- TASK -
Stop after the line containing "Rectangle(SKETCH1_W, SKETCH1_H)": print each line exactly from the first line of the listing up to that point.

[GIVEN INFORMATION Boundary: Start]

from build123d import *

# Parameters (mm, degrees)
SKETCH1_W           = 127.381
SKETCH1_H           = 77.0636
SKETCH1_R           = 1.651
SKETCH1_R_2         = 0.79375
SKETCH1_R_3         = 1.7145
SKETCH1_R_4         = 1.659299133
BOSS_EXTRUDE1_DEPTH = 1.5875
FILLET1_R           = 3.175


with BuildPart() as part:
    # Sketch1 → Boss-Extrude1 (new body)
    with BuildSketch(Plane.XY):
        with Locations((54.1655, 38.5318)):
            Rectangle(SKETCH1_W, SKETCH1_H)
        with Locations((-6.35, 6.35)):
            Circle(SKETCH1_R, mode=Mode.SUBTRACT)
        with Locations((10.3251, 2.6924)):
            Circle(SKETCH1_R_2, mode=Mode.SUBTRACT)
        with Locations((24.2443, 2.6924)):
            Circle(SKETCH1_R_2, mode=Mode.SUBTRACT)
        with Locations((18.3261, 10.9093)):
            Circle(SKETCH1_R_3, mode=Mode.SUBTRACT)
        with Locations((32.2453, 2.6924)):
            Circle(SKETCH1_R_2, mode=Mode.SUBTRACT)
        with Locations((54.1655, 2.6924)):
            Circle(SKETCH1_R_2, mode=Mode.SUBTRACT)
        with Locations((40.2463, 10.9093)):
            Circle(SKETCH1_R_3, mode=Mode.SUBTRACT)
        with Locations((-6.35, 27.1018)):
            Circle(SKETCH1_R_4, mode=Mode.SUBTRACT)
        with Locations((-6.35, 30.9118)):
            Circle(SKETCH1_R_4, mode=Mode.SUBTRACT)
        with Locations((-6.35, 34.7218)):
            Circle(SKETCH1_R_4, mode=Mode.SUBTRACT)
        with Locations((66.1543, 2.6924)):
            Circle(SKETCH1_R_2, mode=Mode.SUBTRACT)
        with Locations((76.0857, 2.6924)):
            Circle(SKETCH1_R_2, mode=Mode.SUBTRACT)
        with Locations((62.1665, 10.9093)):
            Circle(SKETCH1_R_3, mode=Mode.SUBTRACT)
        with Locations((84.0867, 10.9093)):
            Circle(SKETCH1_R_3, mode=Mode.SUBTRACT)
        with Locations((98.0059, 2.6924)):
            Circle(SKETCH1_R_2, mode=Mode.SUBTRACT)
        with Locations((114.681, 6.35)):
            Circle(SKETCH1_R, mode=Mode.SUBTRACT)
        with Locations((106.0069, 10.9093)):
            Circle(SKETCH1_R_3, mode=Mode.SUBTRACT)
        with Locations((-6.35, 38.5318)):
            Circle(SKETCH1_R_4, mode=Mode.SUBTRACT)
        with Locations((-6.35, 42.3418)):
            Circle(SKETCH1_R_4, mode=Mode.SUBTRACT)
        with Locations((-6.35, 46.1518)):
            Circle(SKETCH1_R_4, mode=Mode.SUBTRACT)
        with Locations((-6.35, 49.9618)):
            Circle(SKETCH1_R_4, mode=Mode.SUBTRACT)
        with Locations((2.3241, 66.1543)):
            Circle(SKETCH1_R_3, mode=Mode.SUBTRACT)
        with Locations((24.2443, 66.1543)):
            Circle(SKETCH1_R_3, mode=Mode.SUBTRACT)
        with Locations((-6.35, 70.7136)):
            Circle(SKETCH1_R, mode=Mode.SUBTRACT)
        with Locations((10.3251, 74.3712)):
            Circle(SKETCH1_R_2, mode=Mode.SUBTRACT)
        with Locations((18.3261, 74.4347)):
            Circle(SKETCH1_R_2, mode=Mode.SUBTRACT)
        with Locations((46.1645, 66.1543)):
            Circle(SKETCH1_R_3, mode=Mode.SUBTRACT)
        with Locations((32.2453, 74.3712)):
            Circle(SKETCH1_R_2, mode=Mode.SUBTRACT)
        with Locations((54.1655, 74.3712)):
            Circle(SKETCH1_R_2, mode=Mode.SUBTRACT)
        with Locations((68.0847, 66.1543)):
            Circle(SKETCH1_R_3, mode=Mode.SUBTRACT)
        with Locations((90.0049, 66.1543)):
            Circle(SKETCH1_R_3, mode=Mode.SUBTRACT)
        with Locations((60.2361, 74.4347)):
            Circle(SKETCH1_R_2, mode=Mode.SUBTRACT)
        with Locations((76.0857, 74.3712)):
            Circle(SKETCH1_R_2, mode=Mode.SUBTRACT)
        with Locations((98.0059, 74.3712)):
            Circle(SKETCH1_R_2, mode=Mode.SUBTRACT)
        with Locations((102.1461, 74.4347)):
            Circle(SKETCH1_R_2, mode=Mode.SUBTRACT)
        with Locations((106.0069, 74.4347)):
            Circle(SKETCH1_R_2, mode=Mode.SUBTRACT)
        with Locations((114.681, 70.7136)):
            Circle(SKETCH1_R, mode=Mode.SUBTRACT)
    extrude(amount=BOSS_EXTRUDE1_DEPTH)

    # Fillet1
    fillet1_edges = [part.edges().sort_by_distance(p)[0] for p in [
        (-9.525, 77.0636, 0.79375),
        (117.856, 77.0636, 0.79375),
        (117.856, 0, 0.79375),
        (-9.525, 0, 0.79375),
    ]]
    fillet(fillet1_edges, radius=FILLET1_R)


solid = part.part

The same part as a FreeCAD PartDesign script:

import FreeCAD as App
import Part
import Sketcher
Q = App.Units.Quantity


def edges_at(feature, points):
    """Names of the edges that pass closest to the given points."""
    edges = feature.Shape.Edges
    near = lambda p: min(range(len(edges)), key=lambda i: edges[i].distToShape(Part.Vertex(*p))[0])
    return sorted({f"Edge{near(p) + 1}" for p in points})

doc = App.newDocument("Part")
body = doc.addObject("PartDesign::Body", "Body")

sketch1 = body.newObject("Sketcher::SketchObject", "Sketch")
sketch1.AttachmentSupport = (doc.getObject("XY_Plane"), [""])
sketch1.MapMode = "FlatFace"
sketch1.addGeometry([
    Part.LineSegment(App.Vector(-9.525, 77.0636, 0), App.Vector(-9.525, 0, 0)),
    Part.LineSegment(App.Vector(-9.525, 0, 0), App.Vector(117.856, 0, 0)),
    Part.LineSegment(App.Vector(117.856, 0, 0), App.Vector(117.856, 77.0636, 0)),
    Part.LineSegment(App.Vector(117.856, 77.0636, 0), App.Vector(-9.525, 77.0636, 0)),
    Part.Circle(App.Vector(-6.35, 6.35, 0), App.Vector(0, 0, 1), 1.651),
    Part.Circle(App.Vector(10.3251, 2.6924, 0), App.Vector(0, 0, 1), 0.79375),
    Part.Circle(App.Vector(18.3261, 10.9093, 0), App.Vector(0, 0, 1), 1.7145),
    Part.Circle(App.Vector(24.2443, 2.6924, 0), App.Vector(0, 0, 1), 0.79375),
    Part.Circle(App.Vector(32.2453, 2.6924, 0), App.Vector(0, 0, 1), 0.79375),
    Part.Circle(App.Vector(40.2463, 10.9093, 0), App.Vector(0, 0, 1), 1.7145),
    Part.Circle(App.Vector(-6.35, 27.1018, 0), App.Vector(0, 0, 1), 1.659299),
    Part.Circle(App.Vector(-6.35, 30.9118, 0), App.Vector(0, 0, 1), 1.659299),
    Part.Circle(App.Vector(-6.35, 34.7218, 0), App.Vector(0, 0, 1), 1.659299),
    Part.Circle(App.Vector(-6.35, 38.5318, 0), App.Vector(0, 0, 1), 1.659299),
    Part.Circle(App.Vector(54.1655, 2.6924, 0), App.Vector(0, 0, 1), 0.79375),
    Part.Circle(App.Vector(66.1543, 2.6924, 0), App.Vector(0, 0, 1), 0.79375),
    Part.Circle(App.Vector(62.1665, 10.9093, 0), App.Vector(0, 0, 1), 1.7145),
    Part.Circle(App.Vector(76.0857, 2.6924, 0), App.Vector(0, 0, 1), 0.79375),
    Part.Circle(App.Vector(84.0867, 10.9093, 0), App.Vector(0, 0, 1), 1.7145),
    Part.Circle(App.Vector(98.0059, 2.6924, 0), App.Vector(0, 0, 1), 0.79375),
    Part.Circle(App.Vector(114.681, 6.35, 0), App.Vector(0, 0, 1), 1.651),
    Part.Circle(App.Vector(106.0069, 10.9093, 0), App.Vector(0, 0, 1), 1.7145),
    Part.Circle(App.Vector(-6.35, 42.3418, 0), App.Vector(0, 0, 1), 1.659299),
    Part.Circle(App.Vector(-6.35, 46.1518, 0), App.Vector(0, 0, 1), 1.659299),
    Part.Circle(App.Vector(-6.35, 49.9618, 0), App.Vector(0, 0, 1), 1.659299),
    Part.Circle(App.Vector(2.3241, 66.1543, 0), App.Vector(0, 0, 1), 1.7145),
    Part.Circle(App.Vector(-6.35, 70.7136, 0), App.Vector(0, 0, 1), 1.651),
    Part.Circle(App.Vector(10.3251, 74.3712, 0), App.Vector(0, 0, 1), 0.79375),
    Part.Circle(App.Vector(18.3261, 74.4347, 0), App.Vector(0, 0, 1), 0.79375),
    Part.Circle(App.Vector(24.2443, 66.1543, 0), App.Vector(0, 0, 1), 1.7145),
    Part.Circle(App.Vector(32.2453, 74.3712, 0), App.Vector(0, 0, 1), 0.79375),
    Part.Circle(App.Vector(46.1645, 66.1543, 0), App.Vector(0, 0, 1), 1.7145),
    Part.Circle(App.Vector(68.0847, 66.1543, 0), App.Vector(0, 0, 1), 1.7145),
    Part.Circle(App.Vector(54.1655, 74.3712, 0), App.Vector(0, 0, 1), 0.79375),
    Part.Circle(App.Vector(60.2361, 74.4347, 0), App.Vector(0, 0, 1), 0.79375),
    Part.Circle(App.Vector(76.0857, 74.3712, 0), App.Vector(0, 0, 1), 0.79375),
    Part.Circle(App.Vector(90.0049, 66.1543, 0), App.Vector(0, 0, 1), 1.7145),
    Part.Circle(App.Vector(98.0059, 74.3712, 0), App.Vector(0, 0, 1), 0.79375),
    Part.Circle(App.Vector(102.1461, 74.4347, 0), App.Vector(0, 0, 1), 0.79375),
    Part.Circle(App.Vector(106.0069, 74.4347, 0), App.Vector(0, 0, 1), 0.79375),
    Part.Circle(App.Vector(114.681, 70.7136, 0), App.Vector(0, 0, 1), 1.651),
], False)
sketch1.addConstraint([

[GIVEN INFORMATION Boundary: End]

- EXERCISE RESULT -
from build123d import *

# Parameters (mm, degrees)
SKETCH1_W           = 127.381
SKETCH1_H           = 77.0636
SKETCH1_R           = 1.651
SKETCH1_R_2         = 0.79375
SKETCH1_R_3         = 1.7145
SKETCH1_R_4         = 1.659299133
BOSS_EXTRUDE1_DEPTH = 1.5875
FILLET1_R           = 3.175


with BuildPart() as part:
    # Sketch1 → Boss-Extrude1 (new body)
    with BuildSketch(Plane.XY):
        with Locations((54.1655, 38.5318)):
            Rectangle(SKETCH1_W, SKETCH1_H)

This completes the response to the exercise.